Simple Forecast Methods
- Trivial: always predict 0, regardless of the data \[f(\mathcal{Y}_T)=0\]
- Simple, easy to compute, stable
- Naïve: Just pick the last value \[f(\mathcal{Y}_T)=y_T\]
- The next period will be the same as the current period
- Simple and straightforward, and uses the data
- Also called “random walk forecast”
- Mean: Take the average past value \[f(\mathcal{Y}_T)=\frac{1}{T}\sum_{t=1}^T y_t\]
- Still fairly simple, now uses all the data
Implementation
- Apply methods to a monthly series of a Manufacturer’s inventories of Condensed Milk, 1971-1980
- Typical company forecasting task: predict inventories to avoid over-accumulation or stock-outs
library(fpp2)
data(condmilk) #Inventory Data
#Forecast using each of above methods
milknaive<-naive(condmilk,h=12) #Naive forecast, 12 months out
milkmean<-meanf(condmilk,h=12) #Mean forecast, 12 months out
trivialFC<-c(0,0,0,0,0,0,0,0,0,0,0,0)
milktrivial<-ts(trivialFC,start=c(1981,1),frequency=12) #Trivial forecast, 12 months out
#Plot the forecasts
autoplot(condmilk,series="Observed")+
autolayer(milknaive, PI=FALSE, series="Naive")+
autolayer(milktrivial, series="Trivial")+
autolayer(milkmean, PI=FALSE,series="Mean")+
ggtitle("Forecasts for Monthly Milk Stocks") +
guides(colour=guide_legend(title="Series and Forecasts"))
Plot
Methods with parameters
- Going beyond the simplest methods, one can construct families of methods which are similar
- Differ by one or more additional inputs to the method, which must be chosen
- Extra inputs are called parameters
- Once parameters are set, method again depends only on the data
- Denote parameter by \(\theta\), and set of possible parameters as \(\Theta\)

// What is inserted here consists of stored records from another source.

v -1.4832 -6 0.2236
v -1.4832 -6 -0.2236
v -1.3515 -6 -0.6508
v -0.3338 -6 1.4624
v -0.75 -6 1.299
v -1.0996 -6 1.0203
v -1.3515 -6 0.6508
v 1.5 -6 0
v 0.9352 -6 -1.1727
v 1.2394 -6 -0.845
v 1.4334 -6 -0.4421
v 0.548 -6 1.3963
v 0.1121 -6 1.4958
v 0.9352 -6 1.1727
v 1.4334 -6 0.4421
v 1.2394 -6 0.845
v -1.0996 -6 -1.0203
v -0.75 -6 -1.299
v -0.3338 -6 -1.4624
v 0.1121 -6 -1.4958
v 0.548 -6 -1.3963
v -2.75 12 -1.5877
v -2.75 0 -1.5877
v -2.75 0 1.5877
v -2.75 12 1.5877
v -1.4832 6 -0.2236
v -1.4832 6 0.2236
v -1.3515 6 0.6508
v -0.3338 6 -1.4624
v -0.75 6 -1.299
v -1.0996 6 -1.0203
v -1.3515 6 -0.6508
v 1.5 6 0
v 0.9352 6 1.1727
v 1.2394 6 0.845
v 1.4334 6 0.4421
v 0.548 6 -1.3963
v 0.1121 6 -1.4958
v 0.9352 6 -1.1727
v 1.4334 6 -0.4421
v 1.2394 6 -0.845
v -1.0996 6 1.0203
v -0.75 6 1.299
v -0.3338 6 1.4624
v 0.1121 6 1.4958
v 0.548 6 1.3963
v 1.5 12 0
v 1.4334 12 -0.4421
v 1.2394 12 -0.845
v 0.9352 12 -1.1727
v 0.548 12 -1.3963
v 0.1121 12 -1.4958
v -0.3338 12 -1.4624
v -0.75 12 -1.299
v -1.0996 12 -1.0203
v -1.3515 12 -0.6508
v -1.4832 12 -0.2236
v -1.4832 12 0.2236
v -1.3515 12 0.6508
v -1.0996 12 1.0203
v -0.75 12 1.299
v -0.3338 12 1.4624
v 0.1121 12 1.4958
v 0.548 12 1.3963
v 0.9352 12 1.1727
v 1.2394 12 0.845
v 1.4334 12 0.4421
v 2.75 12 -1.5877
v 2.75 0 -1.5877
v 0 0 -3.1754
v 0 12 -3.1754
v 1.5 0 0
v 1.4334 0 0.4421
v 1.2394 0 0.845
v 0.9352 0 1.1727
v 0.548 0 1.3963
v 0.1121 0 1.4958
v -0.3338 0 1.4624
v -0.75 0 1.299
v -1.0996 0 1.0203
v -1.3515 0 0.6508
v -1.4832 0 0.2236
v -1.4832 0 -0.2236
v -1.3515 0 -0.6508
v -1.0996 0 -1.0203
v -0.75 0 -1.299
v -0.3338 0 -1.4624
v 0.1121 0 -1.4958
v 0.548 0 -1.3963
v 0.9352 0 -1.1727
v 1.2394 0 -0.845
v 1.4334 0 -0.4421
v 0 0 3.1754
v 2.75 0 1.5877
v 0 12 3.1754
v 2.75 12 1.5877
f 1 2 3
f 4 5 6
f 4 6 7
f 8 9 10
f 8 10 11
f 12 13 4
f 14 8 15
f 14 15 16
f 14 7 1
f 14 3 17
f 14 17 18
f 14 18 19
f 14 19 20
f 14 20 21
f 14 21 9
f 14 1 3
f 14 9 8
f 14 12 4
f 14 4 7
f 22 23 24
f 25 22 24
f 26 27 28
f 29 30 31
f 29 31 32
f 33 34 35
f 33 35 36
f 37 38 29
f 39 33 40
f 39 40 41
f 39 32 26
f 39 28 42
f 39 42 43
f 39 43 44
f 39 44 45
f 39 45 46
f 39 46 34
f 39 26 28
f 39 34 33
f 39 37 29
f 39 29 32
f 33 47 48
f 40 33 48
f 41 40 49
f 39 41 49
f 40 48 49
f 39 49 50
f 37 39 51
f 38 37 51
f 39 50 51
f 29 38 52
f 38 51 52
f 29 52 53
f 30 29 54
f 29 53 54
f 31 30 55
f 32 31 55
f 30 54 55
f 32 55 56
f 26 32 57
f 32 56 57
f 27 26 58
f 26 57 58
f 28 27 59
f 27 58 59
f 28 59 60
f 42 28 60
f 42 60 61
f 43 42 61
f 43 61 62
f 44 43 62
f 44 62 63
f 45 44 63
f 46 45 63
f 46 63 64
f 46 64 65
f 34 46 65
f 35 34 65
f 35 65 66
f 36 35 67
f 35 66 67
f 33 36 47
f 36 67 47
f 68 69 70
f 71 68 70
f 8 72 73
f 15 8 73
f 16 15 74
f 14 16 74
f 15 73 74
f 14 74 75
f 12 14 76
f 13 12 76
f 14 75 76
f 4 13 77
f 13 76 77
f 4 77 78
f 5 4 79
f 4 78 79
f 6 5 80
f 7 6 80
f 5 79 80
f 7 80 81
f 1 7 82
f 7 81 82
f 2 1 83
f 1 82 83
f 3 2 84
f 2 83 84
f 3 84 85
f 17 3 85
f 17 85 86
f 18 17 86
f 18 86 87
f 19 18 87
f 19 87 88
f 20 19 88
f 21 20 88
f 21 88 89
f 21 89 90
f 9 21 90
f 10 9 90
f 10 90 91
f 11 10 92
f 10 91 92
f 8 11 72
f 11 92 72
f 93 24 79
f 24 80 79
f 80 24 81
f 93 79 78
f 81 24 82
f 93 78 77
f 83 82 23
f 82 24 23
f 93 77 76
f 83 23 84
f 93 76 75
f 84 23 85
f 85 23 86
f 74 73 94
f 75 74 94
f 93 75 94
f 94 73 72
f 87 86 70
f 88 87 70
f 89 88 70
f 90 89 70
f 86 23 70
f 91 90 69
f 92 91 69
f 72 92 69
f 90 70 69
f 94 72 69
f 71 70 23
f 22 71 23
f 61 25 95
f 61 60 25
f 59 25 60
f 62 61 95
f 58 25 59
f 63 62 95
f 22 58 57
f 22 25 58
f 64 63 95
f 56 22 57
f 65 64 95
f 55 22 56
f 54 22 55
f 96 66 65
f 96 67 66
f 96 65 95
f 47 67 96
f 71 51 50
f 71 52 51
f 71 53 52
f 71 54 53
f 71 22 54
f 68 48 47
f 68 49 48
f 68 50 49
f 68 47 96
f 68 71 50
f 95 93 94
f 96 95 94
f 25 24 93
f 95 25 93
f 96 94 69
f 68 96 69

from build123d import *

# Parameters (mm, degrees)
SALIENTE_EXTRUIR1_DEPTH = 12
CROQUIS2_R              = 1.5
SALIENTE_EXTRUIR2_DEPTH = 6
CROQUIS3_R              = 1.5
CORTAR_EXTRUIR1_DEPTH   = 6


with BuildPart() as part:
    # Croquis1 → Saliente-Extruir1 (new body)
    with BuildSketch(Plane(origin=(0, 0, 0), x_dir=(1, 0, 0), z_dir=(0, 1, 0))):
        Polygon((0, 3.175426481), (-2.75, 1.58771324), (-2.75, -1.58771324), (0, -3.175426481), (2.75, -1.58771324), (2.75, 1.58771324), align=None)
    extrude(amount=SALIENTE_EXTRUIR1_DEPTH)

    # Croquis2 → Saliente-Extruir2 (add)
    with BuildSketch(Plane.XZ):
        Circle(CROQUIS2_R)
    extrude(amount=SALIENTE_EXTRUIR2_DEPTH)

    # Croquis3 → Cortar-Extruir1 (cut)
    with BuildSketch(Plane(origin=(0, 12, 0), x_dir=(1, 0, 0), z_dir=(0, 1, 0))):
        Circle(CROQUIS3_R)
    extrude(amount=-CORTAR_EXTRUIR1_DEPTH, mode=Mode.SUBTRACT)


solid = part.part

- A parametric forecast method is a set of methods
\[\{f(\mathcal{Y}_T,\theta,\text{other stuff})\}_{\theta\in\Theta}\]
Examples of Parametric Methods
- Trivial: always predict the same number, \(\theta\), regardless of the data \[f(\mathcal{Y}_T,\theta)=\theta\]
- \(\theta=0\) gives the trivial forecast
- Autoregression: Take \(\theta\) times the last value \[f(\mathcal{Y}_T,\theta)=\theta y_T\]

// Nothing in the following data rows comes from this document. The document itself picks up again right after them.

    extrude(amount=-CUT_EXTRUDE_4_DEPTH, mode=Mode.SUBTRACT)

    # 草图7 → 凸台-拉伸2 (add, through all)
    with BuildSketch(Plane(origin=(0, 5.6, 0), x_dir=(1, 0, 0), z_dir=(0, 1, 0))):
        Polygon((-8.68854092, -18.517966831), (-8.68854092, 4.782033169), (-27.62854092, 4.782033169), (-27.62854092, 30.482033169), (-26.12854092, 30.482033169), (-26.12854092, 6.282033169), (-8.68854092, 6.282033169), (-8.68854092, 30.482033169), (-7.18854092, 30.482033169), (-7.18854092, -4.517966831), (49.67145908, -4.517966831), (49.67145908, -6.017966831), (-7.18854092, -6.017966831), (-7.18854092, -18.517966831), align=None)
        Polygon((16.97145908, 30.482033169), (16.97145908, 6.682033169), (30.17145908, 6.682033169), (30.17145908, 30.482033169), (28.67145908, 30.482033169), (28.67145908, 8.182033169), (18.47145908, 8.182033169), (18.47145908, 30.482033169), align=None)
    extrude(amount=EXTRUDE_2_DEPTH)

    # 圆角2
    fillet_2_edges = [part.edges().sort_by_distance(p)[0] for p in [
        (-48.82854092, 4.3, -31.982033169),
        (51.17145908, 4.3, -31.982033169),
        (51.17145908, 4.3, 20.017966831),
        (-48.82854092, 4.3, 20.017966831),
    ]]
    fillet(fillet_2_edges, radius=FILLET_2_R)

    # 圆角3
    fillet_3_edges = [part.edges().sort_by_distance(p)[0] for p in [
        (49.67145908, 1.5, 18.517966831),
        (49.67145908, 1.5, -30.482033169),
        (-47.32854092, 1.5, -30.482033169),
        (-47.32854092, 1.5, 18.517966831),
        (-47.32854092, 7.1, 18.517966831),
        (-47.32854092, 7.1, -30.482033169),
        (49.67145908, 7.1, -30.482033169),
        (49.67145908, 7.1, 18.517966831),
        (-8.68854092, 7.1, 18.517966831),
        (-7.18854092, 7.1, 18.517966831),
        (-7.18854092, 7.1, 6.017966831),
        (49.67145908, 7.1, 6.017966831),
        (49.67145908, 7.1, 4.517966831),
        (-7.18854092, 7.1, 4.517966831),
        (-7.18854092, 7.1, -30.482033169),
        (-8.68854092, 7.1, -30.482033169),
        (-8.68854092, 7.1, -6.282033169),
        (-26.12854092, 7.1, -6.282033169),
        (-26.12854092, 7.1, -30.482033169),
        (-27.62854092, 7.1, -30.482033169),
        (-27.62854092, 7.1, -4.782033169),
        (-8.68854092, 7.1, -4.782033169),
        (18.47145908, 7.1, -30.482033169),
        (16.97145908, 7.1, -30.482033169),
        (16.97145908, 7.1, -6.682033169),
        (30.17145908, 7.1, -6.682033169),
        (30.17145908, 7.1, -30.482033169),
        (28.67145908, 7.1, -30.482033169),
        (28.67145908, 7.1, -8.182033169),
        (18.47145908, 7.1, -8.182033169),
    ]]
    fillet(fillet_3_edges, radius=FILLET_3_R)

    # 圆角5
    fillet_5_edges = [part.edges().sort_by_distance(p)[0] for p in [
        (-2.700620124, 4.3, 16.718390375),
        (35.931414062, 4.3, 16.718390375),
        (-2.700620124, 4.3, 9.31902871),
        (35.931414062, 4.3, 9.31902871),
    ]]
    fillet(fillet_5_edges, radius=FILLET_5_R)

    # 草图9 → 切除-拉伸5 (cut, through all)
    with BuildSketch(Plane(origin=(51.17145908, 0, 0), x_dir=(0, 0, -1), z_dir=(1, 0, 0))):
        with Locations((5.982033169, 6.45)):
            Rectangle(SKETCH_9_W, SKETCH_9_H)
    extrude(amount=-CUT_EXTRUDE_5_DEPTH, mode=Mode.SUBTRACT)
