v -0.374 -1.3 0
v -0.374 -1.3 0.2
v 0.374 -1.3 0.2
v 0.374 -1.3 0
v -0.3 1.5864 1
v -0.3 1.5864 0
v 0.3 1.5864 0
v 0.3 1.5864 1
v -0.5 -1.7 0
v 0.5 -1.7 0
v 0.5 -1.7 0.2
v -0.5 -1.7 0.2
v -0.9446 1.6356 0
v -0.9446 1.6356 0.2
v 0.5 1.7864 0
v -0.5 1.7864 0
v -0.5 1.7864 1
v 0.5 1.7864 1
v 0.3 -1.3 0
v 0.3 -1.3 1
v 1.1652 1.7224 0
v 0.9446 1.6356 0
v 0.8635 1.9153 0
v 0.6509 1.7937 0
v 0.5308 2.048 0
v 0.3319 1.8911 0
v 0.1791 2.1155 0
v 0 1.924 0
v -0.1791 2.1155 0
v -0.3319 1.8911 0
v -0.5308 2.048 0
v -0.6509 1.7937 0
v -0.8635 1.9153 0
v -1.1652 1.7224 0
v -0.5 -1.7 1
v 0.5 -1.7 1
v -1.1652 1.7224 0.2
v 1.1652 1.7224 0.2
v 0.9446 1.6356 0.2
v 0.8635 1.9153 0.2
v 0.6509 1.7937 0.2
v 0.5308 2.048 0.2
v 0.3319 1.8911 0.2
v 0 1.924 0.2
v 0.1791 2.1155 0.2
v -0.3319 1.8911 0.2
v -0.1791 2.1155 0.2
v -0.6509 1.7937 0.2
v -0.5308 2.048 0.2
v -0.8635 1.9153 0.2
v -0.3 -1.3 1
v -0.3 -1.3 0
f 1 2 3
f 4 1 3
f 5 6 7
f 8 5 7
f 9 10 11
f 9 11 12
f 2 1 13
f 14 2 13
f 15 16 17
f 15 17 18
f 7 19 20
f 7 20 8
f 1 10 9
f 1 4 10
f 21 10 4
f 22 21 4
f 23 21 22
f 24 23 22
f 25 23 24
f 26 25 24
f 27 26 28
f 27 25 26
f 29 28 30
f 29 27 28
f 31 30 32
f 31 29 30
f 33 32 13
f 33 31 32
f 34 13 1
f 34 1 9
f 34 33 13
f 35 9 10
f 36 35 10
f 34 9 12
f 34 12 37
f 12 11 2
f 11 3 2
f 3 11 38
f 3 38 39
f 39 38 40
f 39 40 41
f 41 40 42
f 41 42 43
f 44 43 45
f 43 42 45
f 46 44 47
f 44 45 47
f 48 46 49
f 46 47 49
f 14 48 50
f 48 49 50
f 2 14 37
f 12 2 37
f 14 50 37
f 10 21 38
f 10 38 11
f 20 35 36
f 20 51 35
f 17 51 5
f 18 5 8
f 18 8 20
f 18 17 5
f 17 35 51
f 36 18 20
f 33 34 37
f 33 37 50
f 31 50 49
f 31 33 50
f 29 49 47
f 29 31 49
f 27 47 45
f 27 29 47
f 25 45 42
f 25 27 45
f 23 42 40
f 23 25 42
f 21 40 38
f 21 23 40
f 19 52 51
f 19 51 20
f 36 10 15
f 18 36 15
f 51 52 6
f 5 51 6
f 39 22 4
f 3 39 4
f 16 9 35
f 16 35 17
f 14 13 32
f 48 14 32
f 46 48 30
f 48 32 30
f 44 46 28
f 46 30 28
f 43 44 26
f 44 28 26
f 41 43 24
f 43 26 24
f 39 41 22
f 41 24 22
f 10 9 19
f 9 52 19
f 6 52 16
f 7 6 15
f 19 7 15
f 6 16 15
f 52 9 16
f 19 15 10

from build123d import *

# Parameters (mm, degrees)
BOSS_EXTRUDE1_DEPTH = 0.2
BOSS_EXTRUDE2_DEPTH = 0.2
SKETCH4_W           = 1
SKETCH4_H           = 3.486416791
SKETCH4_W_2         = 0.6
SKETCH4_H_2         = 2.886416791
BOSS_EXTRUDE3_DEPTH = 1


with BuildPart() as part:
    # Sketch1 → Boss-Extrude1 (new body)
    with BuildSketch(Plane.XY):
        with BuildLine():
            Line((-0.5, -1.7), (-1.165239685, 1.722361495))
            ThreePointArc((-1.165239685, 1.722361495), (0, 2.123983376), (1.165239685, 1.722361495))
            Line((1.165239685, 1.722361495), (0.5, -1.7))
            Line((0.5, -1.7), (-0.5, -1.7))
        make_face()
        with BuildLine():
            Line((-0.335132723, -1.5), (-0.944627099, 1.635576741))
            ThreePointArc((-0.944627099, 1.635576741), (0, 1.923983376), (0.944627099, 1.635576741))
            Line((0.944627099, 1.635576741), (0.335132723, -1.5))
            Line((0.335132723, -1.5), (-0.335132723, -1.5))
        make_face(mode=Mode.SUBTRACT)
    extrude(amount=BOSS_EXTRUDE1_DEPTH)

    # Sketch3 → Boss-Extrude2 (add)
    with BuildSketch(Plane.XY.offset(0.2)):
        Polygon((-0.374008785, -1.3), (0.374008785, -1.3), (0.335132723, -1.5), (-0.335132723, -1.5), align=None)
    extrude(amount=-BOSS_EXTRUDE2_DEPTH)


with BuildPart() as body_2:
    # Sketch4 → Boss-Extrude3 (new body)
    with BuildSketch(Plane.XY):
        with Locations((0, 0.043208395)):
            Rectangle(SKETCH4_W, SKETCH4_H)
        with Locations((0, 0.143208395)):
            Rectangle(SKETCH4_W_2, SKETCH4_H_2, mode=Mode.SUBTRACT)
    extrude(amount=BOSS_EXTRUDE3_DEPTH)


solid = Compound([part.part, body_2.part])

- \(\theta=1\) gives the naïve forecast
- Extend to horizon \(h\) by \(\widehat{y}_{T+h}=\theta^h y_T\)
- Weighted Average: Take average of past value + a constant, with different weights on different times \[f(\mathcal{Y}_T,\{\theta_t\}_{t=1}^{T})=\theta_0+\sum_{t=1}^T \theta_t y_t\]
- Extremely flexible, but requires many choices
- Picking \(\theta_t=\frac{1}{T}\) for all t,\(\theta_0=0\) gives unweighted average
- Picking \(\theta_T=\theta\), \(\theta_t=0\) for all \(t<T\) gives autoregression
Structured parametric models
- Arbitrary weighted averages can be too complicated, but some flexibility can help: use special cases
- Autoregression of order p, abbreviated as AR(p)

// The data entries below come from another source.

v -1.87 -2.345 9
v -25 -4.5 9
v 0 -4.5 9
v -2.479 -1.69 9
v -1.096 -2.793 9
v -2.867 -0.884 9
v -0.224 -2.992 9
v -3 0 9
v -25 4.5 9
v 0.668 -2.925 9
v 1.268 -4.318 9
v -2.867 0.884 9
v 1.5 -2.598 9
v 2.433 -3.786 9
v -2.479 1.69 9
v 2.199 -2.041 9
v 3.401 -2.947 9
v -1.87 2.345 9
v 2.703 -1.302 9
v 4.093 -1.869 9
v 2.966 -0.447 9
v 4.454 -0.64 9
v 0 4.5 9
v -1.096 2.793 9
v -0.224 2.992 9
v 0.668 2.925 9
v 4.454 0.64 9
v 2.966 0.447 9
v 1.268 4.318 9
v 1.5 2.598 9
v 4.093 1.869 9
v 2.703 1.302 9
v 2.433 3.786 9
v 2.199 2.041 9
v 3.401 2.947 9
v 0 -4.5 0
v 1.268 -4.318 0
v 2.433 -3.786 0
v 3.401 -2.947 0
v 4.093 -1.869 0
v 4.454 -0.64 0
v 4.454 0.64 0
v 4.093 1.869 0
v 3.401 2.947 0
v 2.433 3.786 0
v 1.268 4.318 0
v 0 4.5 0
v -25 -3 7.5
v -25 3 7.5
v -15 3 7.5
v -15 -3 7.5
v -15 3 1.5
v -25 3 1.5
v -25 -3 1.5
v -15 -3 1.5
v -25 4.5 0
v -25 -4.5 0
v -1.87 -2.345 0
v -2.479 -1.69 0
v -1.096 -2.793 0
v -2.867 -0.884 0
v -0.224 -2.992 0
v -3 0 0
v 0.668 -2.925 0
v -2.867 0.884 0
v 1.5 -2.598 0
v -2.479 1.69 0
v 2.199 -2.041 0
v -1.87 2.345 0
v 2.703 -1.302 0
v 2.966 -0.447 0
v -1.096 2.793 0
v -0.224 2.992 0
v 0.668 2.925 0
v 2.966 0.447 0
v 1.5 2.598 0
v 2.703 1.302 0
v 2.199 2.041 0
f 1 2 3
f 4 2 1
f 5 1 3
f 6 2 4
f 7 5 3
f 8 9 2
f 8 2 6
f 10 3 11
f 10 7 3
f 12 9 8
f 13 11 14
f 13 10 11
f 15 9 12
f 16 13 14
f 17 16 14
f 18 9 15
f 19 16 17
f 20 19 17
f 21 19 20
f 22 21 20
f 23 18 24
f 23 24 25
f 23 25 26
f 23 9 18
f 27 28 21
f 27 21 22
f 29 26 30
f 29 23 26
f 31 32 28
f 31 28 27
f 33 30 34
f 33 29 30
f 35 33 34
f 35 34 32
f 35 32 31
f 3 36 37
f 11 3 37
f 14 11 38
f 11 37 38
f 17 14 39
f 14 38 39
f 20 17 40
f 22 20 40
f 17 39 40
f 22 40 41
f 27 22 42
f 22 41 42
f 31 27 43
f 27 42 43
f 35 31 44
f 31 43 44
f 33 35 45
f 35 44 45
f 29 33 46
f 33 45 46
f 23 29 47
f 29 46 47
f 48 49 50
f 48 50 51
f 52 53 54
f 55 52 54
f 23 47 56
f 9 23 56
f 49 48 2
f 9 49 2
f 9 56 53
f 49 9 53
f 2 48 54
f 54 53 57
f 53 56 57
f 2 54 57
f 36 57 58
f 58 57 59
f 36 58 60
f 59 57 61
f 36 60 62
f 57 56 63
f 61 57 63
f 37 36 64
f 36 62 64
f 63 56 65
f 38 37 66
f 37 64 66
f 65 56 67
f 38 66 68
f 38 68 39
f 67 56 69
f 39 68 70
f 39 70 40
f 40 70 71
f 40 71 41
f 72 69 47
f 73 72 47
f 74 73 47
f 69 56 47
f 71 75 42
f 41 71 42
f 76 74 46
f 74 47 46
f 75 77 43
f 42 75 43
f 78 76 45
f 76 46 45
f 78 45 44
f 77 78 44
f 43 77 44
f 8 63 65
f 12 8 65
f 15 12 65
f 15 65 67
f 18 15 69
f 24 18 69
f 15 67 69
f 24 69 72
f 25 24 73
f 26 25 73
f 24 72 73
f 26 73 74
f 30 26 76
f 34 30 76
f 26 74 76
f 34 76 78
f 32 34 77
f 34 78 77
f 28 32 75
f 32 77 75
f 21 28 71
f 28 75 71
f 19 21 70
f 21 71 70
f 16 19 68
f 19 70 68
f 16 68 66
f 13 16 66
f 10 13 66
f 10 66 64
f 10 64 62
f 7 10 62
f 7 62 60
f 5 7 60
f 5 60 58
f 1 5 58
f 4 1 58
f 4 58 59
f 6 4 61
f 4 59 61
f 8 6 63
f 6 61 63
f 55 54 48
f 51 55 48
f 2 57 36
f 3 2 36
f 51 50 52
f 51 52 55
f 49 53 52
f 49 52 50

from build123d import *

# Parameters (mm, degrees)
F1_DEPTH = 9
F2_W     = 6
F2_H     = 6
F3_DEPTH = 10


# Not quite as in the source:
# - a feature names something its author has since deleted; it is built from what else it names


with BuildPart() as f1:
    # F0 (on Top) → F1 (new body)
    with BuildSketch(Plane.XY):
        with BuildLine():
            Line((-25, -4.5), (0, -4.5))
            ThreePointArc((0, -4.5), (4.5, 0), (0, 4.5))
            Line((0, 4.5), (-25, 4.5))
            Line((-25, 4.5), (-25, 0))
            Line((-25, 0), (-25, -4.5))
        make_face()
        with BuildLine():
            ThreePointArc((3, 0), (0, -3), (-3, 0))
            ThreePointArc((-3, 0), (0, 3), (3, 0))
        make_face(mode=Mode.SUBTRACT)
    extrude(amount=F1_DEPTH)

    # F2 (on face) → F3 (cut)
    with BuildSketch(Plane(origin=(-25, 0, 0), x_dir=(0, -1, 0), z_dir=(-1, 0, 0))):
        with Locations((0, 4.5)):
            Rectangle(F2_W, F2_H)
    extrude(amount=-F3_DEPTH, mode=Mode.SUBTRACT)


solid = f1.part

- Weighted sum of \(p\) most recent values (and a constant) \[f(\mathcal{Y}_T,\{\theta_j\}_{j=0}^{p})=\theta_0+\sum_{j=0}^{p-1} \theta_{j+1} y_{T-j}\]
- Simple Exponential Smoothing
- Weighted average where weights decline by fixed amount each time period
- Use all data, with more weight on recent past
- Takes two parameters \(\alpha\in[0,1]\) and \(\ell_0\) \[f(\mathcal{Y}_T,\alpha,\ell_0)=(1-\alpha)^T\ell_0+\sum_{j=0}^{T-1} \alpha(1-\alpha)^jy_{T-j}\]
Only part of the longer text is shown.